Give again the lines of the data from its first line through the line with "# Sketch1 → Boss-Extrude1 (new body)". Change nothing.

►

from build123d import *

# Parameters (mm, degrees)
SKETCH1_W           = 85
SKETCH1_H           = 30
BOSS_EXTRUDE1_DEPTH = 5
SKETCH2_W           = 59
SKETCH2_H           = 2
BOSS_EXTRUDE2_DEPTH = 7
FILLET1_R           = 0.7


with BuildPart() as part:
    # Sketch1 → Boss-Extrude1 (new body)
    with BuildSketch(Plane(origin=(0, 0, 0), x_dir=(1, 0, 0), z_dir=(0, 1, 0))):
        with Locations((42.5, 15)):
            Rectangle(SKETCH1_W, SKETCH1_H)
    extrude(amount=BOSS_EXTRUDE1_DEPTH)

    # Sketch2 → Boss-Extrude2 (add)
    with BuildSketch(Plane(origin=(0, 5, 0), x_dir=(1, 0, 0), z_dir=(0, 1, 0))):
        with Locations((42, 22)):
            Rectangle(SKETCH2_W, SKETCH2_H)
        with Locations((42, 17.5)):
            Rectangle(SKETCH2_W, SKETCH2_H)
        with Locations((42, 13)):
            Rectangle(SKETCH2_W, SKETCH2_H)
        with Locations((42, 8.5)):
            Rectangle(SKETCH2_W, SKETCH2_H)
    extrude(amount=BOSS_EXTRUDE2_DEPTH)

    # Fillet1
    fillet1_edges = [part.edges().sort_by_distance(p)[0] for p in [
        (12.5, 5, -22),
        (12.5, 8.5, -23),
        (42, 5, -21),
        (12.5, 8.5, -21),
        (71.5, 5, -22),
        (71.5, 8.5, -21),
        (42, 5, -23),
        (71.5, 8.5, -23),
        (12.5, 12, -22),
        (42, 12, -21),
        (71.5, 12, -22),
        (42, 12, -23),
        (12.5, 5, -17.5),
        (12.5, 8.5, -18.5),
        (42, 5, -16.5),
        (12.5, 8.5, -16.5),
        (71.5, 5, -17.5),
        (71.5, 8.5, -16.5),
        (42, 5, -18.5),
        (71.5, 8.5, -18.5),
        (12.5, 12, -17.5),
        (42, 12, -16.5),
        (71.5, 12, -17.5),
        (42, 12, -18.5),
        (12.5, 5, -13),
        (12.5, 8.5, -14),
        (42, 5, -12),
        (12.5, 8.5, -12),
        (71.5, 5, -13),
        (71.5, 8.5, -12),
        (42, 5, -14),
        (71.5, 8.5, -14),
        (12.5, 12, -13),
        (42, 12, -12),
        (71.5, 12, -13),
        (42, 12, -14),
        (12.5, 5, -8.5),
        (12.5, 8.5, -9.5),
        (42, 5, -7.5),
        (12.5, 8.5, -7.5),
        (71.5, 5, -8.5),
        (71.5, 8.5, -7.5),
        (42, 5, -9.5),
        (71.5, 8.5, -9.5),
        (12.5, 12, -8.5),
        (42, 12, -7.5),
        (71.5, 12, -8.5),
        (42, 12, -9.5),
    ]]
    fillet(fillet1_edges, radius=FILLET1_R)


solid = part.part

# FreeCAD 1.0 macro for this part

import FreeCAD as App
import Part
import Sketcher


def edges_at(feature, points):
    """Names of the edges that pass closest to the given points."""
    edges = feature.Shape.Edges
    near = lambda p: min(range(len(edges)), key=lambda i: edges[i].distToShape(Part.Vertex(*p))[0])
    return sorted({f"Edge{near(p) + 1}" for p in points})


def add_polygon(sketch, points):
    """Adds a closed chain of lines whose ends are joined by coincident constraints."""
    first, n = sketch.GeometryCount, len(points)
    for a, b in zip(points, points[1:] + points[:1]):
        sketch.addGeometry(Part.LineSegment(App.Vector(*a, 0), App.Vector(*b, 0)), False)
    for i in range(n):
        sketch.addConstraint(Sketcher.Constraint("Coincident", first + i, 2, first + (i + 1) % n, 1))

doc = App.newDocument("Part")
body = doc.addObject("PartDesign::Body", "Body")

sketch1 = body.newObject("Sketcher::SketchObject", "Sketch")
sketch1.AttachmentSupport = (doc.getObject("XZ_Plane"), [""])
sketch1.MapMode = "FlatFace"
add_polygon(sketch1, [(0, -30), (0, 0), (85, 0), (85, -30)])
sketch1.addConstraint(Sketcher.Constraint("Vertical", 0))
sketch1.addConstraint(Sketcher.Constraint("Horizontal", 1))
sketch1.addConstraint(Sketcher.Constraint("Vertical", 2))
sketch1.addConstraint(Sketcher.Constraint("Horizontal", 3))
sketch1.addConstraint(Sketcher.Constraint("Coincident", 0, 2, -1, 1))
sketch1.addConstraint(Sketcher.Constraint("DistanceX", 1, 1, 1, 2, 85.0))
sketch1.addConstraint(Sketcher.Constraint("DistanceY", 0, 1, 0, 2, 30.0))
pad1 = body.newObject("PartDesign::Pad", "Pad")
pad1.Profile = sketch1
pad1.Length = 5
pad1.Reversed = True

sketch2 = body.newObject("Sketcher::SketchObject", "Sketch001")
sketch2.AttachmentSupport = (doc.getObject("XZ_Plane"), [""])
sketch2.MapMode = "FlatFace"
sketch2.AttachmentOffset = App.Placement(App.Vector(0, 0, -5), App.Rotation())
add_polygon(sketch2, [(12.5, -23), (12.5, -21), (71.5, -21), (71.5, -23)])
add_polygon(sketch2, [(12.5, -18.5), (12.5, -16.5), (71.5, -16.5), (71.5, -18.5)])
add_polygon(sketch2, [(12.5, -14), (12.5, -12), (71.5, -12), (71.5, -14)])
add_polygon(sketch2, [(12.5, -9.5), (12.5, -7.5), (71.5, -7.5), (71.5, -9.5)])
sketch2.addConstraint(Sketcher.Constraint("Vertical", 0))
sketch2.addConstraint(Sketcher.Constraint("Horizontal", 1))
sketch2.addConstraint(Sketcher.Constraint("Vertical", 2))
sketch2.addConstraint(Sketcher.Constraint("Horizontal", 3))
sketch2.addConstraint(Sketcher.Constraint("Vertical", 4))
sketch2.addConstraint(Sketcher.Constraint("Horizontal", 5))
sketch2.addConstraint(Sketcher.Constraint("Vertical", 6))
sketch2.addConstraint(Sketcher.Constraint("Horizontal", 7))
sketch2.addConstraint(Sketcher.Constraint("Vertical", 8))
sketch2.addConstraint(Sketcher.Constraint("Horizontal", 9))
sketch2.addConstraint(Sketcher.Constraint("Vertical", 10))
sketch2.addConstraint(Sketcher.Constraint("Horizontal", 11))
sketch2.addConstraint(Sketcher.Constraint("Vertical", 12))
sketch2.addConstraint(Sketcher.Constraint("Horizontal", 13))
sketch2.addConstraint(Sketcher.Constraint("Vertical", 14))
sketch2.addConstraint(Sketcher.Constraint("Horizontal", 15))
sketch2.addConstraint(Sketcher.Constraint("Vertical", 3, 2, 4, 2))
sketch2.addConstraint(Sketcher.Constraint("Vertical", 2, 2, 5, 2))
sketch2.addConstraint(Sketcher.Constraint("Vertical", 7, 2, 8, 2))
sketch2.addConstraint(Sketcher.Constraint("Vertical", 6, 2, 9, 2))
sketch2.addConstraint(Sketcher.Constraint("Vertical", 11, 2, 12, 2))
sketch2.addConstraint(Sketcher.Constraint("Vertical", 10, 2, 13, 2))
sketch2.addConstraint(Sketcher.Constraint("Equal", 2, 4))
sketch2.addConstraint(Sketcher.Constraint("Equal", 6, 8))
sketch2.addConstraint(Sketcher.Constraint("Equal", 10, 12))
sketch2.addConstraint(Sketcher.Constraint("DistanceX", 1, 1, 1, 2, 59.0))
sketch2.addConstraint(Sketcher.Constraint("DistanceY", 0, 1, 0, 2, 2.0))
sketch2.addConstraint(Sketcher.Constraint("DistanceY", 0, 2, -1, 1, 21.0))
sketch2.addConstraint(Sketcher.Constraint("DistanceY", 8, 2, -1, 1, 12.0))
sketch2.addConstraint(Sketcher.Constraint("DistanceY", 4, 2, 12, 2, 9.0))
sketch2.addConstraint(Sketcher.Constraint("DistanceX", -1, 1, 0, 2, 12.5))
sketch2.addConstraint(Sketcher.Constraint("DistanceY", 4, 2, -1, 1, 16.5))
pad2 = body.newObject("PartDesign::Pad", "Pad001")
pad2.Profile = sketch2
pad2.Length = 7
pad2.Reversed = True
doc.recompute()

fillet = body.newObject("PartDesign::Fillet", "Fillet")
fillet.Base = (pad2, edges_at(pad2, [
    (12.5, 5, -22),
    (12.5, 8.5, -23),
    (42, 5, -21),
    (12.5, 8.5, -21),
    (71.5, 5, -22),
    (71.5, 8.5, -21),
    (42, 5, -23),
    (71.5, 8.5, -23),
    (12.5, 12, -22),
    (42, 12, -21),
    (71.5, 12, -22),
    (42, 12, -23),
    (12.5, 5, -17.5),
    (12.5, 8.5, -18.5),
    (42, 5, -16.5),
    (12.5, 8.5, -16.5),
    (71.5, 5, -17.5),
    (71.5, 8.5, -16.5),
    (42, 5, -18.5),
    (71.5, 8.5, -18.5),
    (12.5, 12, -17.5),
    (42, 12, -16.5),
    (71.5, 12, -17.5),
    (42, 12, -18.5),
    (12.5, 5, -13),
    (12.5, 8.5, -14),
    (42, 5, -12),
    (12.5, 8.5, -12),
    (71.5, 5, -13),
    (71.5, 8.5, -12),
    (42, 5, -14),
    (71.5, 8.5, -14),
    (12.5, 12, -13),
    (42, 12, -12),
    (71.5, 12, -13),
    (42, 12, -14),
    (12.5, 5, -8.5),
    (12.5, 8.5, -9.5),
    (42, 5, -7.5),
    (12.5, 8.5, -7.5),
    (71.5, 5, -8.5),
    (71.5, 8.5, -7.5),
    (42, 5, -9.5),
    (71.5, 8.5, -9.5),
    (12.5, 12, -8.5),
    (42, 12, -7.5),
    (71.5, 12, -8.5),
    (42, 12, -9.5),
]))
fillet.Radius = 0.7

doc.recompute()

◄

**Response box:**
from build123d import *

# Parameters (mm, degrees)
SKETCH1_W           = 85
SKETCH1_H           = 30
BOSS_EXTRUDE1_DEPTH = 5
SKETCH2_W           = 59
SKETCH2_H           = 2
BOSS_EXTRUDE2_DEPTH = 7
FILLET1_R           = 0.7


with BuildPart() as part:
    # Sketch1 → Boss-Extrude1 (new body)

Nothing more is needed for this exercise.